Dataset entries
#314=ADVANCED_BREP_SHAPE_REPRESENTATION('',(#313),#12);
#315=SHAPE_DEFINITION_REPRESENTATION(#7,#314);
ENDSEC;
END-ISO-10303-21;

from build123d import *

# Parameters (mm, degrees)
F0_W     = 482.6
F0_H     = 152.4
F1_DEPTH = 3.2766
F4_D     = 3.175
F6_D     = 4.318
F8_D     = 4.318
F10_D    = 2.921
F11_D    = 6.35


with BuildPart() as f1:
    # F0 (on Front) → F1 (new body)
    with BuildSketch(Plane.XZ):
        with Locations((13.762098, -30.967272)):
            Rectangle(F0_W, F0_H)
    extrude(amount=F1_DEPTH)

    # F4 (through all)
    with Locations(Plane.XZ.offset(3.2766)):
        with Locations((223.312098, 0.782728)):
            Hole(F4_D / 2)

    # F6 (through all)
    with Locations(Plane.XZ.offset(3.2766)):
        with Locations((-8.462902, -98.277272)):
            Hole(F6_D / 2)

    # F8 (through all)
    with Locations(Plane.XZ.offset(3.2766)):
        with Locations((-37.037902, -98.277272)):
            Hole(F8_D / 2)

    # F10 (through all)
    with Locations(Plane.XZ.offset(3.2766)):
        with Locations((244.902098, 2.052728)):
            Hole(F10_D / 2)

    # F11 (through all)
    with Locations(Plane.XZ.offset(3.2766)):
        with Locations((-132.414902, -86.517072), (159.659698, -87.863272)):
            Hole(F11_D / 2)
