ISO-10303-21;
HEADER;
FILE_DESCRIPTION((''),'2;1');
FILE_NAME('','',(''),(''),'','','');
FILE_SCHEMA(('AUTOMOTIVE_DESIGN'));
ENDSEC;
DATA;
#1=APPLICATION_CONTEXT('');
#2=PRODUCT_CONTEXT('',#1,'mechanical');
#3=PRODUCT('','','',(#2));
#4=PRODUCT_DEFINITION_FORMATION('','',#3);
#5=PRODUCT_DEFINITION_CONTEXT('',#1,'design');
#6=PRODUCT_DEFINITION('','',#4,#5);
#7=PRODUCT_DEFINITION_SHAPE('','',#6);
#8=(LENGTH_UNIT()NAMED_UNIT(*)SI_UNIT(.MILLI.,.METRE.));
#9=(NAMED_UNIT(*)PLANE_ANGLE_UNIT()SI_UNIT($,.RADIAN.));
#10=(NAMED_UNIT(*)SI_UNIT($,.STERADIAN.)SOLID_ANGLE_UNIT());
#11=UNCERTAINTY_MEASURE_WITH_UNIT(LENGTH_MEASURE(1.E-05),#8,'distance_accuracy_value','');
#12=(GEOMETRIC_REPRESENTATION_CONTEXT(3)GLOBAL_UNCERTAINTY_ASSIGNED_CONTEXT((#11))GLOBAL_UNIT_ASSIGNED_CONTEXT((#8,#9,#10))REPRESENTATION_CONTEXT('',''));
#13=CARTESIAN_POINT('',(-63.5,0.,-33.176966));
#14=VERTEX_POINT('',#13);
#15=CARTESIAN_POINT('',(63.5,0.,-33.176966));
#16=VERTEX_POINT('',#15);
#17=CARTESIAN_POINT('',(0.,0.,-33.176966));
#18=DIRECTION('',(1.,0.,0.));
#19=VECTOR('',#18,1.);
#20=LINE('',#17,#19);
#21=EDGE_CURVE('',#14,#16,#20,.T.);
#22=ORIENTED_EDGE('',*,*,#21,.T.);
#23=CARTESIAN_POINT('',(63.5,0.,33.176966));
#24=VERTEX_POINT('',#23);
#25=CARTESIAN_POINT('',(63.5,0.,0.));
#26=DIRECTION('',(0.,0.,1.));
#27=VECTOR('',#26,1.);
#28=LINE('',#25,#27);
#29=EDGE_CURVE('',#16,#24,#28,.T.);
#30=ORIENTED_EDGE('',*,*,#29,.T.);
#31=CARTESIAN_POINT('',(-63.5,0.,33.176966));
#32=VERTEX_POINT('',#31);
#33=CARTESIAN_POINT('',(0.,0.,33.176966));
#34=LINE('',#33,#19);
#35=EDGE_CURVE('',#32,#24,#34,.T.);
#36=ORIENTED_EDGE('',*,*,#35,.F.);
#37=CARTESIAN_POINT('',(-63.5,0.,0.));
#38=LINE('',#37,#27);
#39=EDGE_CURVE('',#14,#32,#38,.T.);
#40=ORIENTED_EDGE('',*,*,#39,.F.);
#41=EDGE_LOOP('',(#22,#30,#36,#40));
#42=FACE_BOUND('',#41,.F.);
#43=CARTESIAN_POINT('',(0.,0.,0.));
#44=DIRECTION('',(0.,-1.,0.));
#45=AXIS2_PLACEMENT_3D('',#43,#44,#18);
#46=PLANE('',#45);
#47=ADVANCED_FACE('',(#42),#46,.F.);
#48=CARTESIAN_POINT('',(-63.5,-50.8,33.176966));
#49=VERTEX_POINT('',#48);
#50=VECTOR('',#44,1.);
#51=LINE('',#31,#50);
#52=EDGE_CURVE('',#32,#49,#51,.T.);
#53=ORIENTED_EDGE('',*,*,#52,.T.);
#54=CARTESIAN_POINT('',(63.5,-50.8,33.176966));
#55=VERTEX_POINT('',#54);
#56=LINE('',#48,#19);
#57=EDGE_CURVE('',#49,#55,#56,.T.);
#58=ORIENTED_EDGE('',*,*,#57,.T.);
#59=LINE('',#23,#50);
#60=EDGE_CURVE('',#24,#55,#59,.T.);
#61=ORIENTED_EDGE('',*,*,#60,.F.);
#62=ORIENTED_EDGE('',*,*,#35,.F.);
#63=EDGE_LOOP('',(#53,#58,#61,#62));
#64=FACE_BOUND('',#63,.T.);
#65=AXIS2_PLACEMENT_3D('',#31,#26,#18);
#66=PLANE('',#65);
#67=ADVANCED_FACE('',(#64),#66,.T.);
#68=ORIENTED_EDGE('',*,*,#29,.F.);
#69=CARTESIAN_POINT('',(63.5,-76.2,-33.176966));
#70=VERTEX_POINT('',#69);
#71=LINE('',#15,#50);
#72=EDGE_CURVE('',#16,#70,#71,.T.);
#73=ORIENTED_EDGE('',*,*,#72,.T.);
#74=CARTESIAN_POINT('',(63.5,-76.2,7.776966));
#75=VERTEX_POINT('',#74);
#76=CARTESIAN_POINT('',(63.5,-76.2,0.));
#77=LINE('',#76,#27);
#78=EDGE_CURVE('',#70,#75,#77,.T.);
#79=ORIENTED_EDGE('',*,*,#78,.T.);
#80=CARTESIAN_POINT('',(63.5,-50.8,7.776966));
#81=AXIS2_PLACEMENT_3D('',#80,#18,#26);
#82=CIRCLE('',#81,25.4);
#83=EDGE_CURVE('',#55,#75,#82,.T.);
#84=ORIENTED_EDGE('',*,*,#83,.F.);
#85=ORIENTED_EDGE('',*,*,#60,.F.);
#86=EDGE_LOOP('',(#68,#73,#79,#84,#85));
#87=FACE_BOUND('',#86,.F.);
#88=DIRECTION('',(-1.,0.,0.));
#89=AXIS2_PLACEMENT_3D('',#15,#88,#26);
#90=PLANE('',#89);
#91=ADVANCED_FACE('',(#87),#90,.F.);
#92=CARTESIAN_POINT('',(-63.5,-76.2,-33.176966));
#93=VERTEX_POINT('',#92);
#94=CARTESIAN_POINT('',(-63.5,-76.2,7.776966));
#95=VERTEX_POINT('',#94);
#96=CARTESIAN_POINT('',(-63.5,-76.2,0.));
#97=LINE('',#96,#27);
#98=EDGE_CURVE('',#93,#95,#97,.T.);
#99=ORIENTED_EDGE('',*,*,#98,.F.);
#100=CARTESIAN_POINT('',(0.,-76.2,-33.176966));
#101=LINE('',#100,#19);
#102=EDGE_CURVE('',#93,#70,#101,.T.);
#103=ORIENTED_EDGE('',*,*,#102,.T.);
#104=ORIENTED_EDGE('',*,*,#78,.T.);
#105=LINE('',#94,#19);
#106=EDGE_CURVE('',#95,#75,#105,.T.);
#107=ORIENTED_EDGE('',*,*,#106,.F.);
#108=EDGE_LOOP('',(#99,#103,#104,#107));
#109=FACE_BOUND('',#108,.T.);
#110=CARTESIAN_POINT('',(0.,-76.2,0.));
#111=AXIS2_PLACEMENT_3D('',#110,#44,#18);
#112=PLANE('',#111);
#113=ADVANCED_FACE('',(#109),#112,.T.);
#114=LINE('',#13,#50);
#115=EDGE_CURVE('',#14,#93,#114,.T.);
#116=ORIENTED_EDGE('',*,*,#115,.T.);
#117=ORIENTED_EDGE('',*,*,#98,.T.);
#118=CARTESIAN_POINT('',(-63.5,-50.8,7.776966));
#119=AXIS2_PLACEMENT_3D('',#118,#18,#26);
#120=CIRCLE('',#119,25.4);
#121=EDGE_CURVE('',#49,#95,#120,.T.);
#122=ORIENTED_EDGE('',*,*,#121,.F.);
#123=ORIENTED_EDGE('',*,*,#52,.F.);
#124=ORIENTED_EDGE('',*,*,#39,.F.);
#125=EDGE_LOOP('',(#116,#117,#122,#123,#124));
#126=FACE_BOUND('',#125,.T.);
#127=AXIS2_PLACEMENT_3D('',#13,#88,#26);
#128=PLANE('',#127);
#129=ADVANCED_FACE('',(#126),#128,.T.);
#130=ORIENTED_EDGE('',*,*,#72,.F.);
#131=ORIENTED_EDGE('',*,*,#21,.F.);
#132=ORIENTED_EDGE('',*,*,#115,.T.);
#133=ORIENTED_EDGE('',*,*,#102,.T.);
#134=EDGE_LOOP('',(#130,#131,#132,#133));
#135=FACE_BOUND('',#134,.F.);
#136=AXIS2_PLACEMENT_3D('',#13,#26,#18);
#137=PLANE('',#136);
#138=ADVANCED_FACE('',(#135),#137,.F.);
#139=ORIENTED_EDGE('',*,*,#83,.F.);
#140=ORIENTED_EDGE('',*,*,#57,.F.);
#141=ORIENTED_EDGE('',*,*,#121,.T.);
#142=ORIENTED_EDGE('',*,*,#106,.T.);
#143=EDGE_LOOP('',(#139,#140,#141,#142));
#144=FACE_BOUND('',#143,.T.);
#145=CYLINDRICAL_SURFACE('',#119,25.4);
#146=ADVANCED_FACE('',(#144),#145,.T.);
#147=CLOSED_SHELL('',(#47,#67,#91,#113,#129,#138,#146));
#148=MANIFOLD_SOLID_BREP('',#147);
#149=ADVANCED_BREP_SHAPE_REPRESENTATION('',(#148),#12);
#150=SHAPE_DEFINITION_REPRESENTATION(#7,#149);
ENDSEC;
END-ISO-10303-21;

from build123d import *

# Parameters (mm, degrees)
F0_W     = 127
F0_H     = 66.353932
F1_DEPTH = 76.2
F2_R     = 25.4


with BuildPart() as f1:
    # F0 (on Front) → F1 (new body)
    with BuildSketch(Plane.XZ):
        Rectangle(F0_W, F0_H)
    extrude(amount=F1_DEPTH)

    # F2
    f2_edges = [f1.edges().sort_by_distance(p)[0] for p in [
        (0, -76.2, 33.176966),
    ]]
    fillet(f2_edges, radius=F2_R)


solid = f1.part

◆ Directions for this task
Only these are to be transcribed: the line with "#103=ORIENTED_EDGE('',*,*,#102,.T.);" and every line after it through the last line of the entries, each exactly.

◆ Response below
#103=ORIENTED_EDGE('',*,*,#102,.T.);
#104=ORIENTED_EDGE('',*,*,#78,.T.);
#105=LINE('',#94,#19);
#106=EDGE_CURVE('',#95,#75,#105,.T.);
#107=ORIENTED_EDGE('',*,*,#106,.F.);
#108=EDGE_LOOP('',(#99,#103,#104,#107));
#109=FACE_BOUND('',#108,.T.);
#110=CARTESIAN_POINT('',(0.,-76.2,0.));
#111=AXIS2_PLACEMENT_3D('',#110,#44,#18);
#112=PLANE('',#111);
#113=ADVANCED_FACE('',(#109),#112,.T.);
#114=LINE('',#13,#50);
#115=EDGE_CURVE('',#14,#93,#114,.T.);
#116=ORIENTED_EDGE('',*,*,#115,.T.);
#117=ORIENTED_EDGE('',*,*,#98,.T.);
#118=CARTESIAN_POINT('',(-63.5,-50.8,7.776966));
#119=AXIS2_PLACEMENT_3D('',#118,#18,#26);
#120=CIRCLE('',#119,25.4);
#121=EDGE_CURVE('',#49,#95,#120,.T.);
#122=ORIENTED_EDGE('',*,*,#121,.F.);
#123=ORIENTED_EDGE('',*,*,#52,.F.);
#124=ORIENTED_EDGE('',*,*,#39,.F.);
#125=EDGE_LOOP('',(#116,#117,#122,#123,#124));
#126=FACE_BOUND('',#125,.T.);
#127=AXIS2_PLACEMENT_3D('',#13,#88,#26);
#128=PLANE('',#127);
#129=ADVANCED_FACE('',(#126),#128,.T.);
#130=ORIENTED_EDGE('',*,*,#72,.F.);
#131=ORIENTED_EDGE('',*,*,#21,.F.);
#132=ORIENTED_EDGE('',*,*,#115,.T.);
#133=ORIENTED_EDGE('',*,*,#102,.T.);
#134=EDGE_LOOP('',(#130,#131,#132,#133));
#135=FACE_BOUND('',#134,.F.);
#136=AXIS2_PLACEMENT_3D('',#13,#26,#18);
#137=PLANE('',#136);
#138=ADVANCED_FACE('',(#135),#137,.F.);
#139=ORIENTED_EDGE('',*,*,#83,.F.);
#140=ORIENTED_EDGE('',*,*,#57,.F.);
#141=ORIENTED_EDGE('',*,*,#121,.T.);
#142=ORIENTED_EDGE('',*,*,#106,.T.);
#143=EDGE_LOOP('',(#139,#140,#141,#142));
#144=FACE_BOUND('',#143,.T.);
#145=CYLINDRICAL_SURFACE('',#119,25.4);
#146=ADVANCED_FACE('',(#144),#145,.T.);
#147=CLOSED_SHELL('',(#47,#67,#91,#113,#129,#138,#146));
#148=MANIFOLD_SOLID_BREP('',#147);
#149=ADVANCED_BREP_SHAPE_REPRESENTATION('',(#148),#12);
#150=SHAPE_DEFINITION_REPRESENTATION(#7,#149);
ENDSEC;
END-ISO-10303-21;

from build123d import *

# Parameters (mm, degrees)
F0_W     = 127
F0_H     = 66.353932
F1_DEPTH = 76.2
F2_R     = 25.4


with BuildPart() as f1:
    # F0 (on Front) → F1 (new body)
    with BuildSketch(Plane.XZ):
        Rectangle(F0_W, F0_H)
    extrude(amount=F1_DEPTH)

    # F2
    f2_edges = [f1.edges().sort_by_distance(p)[0] for p in [
        (0, -76.2, 33.176966),
    ]]
    fillet(f2_edges, radius=F2_R)


solid = f1.part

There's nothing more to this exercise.